Cependant, la plupart des entreprises recrutant activement des personnes handicapées, en particulier par le biais d’initiatives de recrutement en neurodiversité ou en autisme, se produisent généralement dans les domaines des sciences, de la technologie, de l’ingénierie et des mathématiques. Les domaines STEM sont disproportionnellement dominés par les hommes, les femmes 24% des travailleurs occupant ces postes en 2015. La discrimination dont les femmes sont souvent victimes dans les domaines des STEM met les candidates handicapées en situation de handicap supplémentaire sur le lieu de travail.

Il ne s’agit pas de minimiser l’importance pour les femmes autistes et neurodivergentes dans les STEM de combler ces disparités d’emploi liées au sexe et au handicap. Mais quand vous voyez une couverture médiatique positive sur l’autisme et l’emploi, vous voyez souvent beaucoup d’histoires sur les hommes autistes qui travaillent, généralement dans une industrie liée aux STEM. Nous avons également besoin d’efforts de recrutement dans les industries non STEM.

Le stéréotype selon lequel chacun de nous est un génie informatique est problématique. Si nous continuons avec cette façon de penser, cela met en échec les chercheurs d’emploi de neurodivers, ce qui signifie que non seulement les gens talentueux manquent des opportunités précieuses, mais les femmes handicapées sont de plus en plus exclues. Les femmes handicapées doivent être incluses dans tous les domaines et à tous les niveaux.
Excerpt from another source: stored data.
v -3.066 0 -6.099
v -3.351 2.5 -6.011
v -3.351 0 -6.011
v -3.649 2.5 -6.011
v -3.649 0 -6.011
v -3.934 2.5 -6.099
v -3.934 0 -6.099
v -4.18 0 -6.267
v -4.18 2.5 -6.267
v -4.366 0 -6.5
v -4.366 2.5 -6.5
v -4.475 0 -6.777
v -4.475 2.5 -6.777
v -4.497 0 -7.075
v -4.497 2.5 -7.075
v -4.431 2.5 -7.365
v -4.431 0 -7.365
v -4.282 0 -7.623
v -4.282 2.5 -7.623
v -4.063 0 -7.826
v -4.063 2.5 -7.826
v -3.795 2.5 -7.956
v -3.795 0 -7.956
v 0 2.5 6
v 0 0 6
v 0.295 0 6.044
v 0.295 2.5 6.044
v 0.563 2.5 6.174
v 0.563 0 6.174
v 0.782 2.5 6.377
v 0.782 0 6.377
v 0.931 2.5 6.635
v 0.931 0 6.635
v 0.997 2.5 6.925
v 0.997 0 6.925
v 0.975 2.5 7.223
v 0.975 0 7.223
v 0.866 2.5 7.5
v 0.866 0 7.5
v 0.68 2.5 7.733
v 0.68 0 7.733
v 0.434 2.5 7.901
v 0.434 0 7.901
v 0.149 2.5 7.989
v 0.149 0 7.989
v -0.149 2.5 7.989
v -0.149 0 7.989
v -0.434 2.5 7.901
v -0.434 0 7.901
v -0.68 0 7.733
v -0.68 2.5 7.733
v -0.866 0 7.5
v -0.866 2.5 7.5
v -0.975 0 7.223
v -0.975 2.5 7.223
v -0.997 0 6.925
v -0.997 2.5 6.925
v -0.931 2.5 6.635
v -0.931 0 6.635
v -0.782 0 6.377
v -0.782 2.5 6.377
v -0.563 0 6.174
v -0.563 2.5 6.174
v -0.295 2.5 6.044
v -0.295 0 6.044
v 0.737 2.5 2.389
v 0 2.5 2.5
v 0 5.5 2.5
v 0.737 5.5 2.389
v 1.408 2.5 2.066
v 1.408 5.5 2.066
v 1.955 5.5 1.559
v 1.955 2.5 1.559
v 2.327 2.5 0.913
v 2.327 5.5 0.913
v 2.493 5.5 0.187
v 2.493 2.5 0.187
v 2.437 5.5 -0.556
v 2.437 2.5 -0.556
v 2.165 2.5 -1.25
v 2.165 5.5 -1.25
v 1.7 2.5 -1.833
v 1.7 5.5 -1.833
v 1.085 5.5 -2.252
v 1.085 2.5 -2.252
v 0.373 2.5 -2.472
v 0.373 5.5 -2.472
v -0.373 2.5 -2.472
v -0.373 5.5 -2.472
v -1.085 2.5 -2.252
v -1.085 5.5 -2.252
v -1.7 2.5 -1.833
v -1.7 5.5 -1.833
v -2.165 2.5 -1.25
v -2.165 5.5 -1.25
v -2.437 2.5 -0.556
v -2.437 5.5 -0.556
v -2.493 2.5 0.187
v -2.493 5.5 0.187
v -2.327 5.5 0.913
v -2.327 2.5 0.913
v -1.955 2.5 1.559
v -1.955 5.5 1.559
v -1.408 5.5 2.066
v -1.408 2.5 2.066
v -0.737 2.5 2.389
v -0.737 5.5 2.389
Et nous devons participer à la discussion sur la manière de combler cet écart d’emploi.

Après tout, toutes sortes d’esprits sont nécessaires dans toutes sortes d’industries. Ce n’est pas parce que l’autisme a une disparité d’emploi que vous pouvez réduire les disparités d’emploi supplémentaires auxquelles sont confrontées les femmes handicapées. Les entreprises et organisations qui ont pris la tête des initiatives de neurodiversité doivent veiller à ce que leur recrutement et leurs pratiques futurs soient plus inclusifs et soutiennent les femmes. Étant donné que le handicap est un problème véritablement intersectionnel, nous devons veiller à ce que des personnes de genres, races, orientations sexuelles et origines diverses soient activement recrutées.
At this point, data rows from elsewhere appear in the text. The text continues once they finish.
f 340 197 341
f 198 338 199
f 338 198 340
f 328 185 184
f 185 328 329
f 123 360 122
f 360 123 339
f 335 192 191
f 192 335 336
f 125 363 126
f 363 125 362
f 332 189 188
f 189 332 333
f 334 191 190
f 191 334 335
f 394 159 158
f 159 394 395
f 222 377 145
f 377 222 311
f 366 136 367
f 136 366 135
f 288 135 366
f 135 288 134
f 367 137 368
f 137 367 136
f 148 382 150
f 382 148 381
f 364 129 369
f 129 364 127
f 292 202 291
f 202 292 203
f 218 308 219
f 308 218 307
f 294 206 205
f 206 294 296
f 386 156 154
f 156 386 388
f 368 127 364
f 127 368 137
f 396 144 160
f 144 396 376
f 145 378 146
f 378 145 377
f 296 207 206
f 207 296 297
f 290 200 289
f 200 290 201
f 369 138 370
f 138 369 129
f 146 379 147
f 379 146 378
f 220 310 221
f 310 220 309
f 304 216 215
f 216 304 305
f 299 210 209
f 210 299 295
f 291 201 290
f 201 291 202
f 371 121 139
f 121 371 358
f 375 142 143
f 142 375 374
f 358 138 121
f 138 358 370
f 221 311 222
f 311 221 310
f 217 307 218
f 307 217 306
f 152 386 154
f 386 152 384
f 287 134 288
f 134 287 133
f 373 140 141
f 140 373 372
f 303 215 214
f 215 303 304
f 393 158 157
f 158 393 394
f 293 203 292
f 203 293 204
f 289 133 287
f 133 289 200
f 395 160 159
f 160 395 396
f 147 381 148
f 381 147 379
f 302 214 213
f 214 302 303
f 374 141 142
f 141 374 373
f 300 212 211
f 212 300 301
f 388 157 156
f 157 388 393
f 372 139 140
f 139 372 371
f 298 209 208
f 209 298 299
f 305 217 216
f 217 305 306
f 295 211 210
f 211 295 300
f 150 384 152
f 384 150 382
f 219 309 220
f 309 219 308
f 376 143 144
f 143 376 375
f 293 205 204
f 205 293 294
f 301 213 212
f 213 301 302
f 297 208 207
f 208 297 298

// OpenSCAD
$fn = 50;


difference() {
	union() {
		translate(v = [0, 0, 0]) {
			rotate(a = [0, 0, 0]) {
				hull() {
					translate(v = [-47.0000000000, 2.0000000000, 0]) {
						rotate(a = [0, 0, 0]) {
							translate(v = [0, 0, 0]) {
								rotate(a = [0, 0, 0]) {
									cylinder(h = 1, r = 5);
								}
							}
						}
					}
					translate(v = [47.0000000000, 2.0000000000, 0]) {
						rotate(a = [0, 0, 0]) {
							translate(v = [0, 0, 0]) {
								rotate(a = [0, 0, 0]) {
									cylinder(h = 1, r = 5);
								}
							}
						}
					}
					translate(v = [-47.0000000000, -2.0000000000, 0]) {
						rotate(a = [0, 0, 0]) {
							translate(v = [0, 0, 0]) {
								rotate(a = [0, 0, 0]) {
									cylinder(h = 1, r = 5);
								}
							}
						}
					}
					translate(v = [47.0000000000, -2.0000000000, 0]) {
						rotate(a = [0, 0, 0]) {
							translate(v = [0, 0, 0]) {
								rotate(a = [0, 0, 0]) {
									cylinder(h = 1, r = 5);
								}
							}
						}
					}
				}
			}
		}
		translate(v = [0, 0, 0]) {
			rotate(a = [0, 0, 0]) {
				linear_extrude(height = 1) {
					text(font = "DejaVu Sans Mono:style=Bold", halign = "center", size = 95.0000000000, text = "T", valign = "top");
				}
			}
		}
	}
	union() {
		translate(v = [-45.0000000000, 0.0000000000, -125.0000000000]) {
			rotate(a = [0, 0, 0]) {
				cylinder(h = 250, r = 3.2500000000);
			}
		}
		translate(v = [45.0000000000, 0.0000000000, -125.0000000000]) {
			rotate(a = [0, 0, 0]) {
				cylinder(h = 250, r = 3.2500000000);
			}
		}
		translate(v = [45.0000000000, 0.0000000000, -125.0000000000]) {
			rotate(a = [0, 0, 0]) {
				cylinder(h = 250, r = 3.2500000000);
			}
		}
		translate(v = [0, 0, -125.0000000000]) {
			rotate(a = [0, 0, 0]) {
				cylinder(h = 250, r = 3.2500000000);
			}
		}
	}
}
Je n’ai pas toutes les réponses. Je pratique actuellement en droit international, donc je ne suis pas un expert des RH ou des pratiques d’embauche. Mais je sais qu’il y a un échec systémique en jeu pour les femmes handicapées sur le marché du travail.

J’ai trouvé ce poste d’été de légiste en rencontrant la bonne personne au bon moment. Je me demande si j’aurais été aussi chanceux d’être employé après avoir obtenu mon diplôme de droit si cette rencontre fortuite n’avait jamais eu lieu. Aurais-je été victime de discrimination parce que je suis une femme et que je suis autiste? Ces préjugés interagissent les uns avec les autres, et ils ne devraient pas être des problèmes qui devraient préoccuper les femmes handicapées comme moi. Au lieu de cela, nous devrions être en mesure de nous concentrer sur le développement de notre carrière, comme n’importe qui d’autre.

«Le bon talent, en ce moment», ce sont les femmes handicapées. Il incombe maintenant aux entreprises et aux organisations de nous inclure en nous donnant nos sièges à la table. Sinon, je continuerai à apporter ma chaise pliante.


Haley Moss est un avocat, auteur, artiste et auto-défenseur autiste passionné par l’inclusion des personnes handicapées.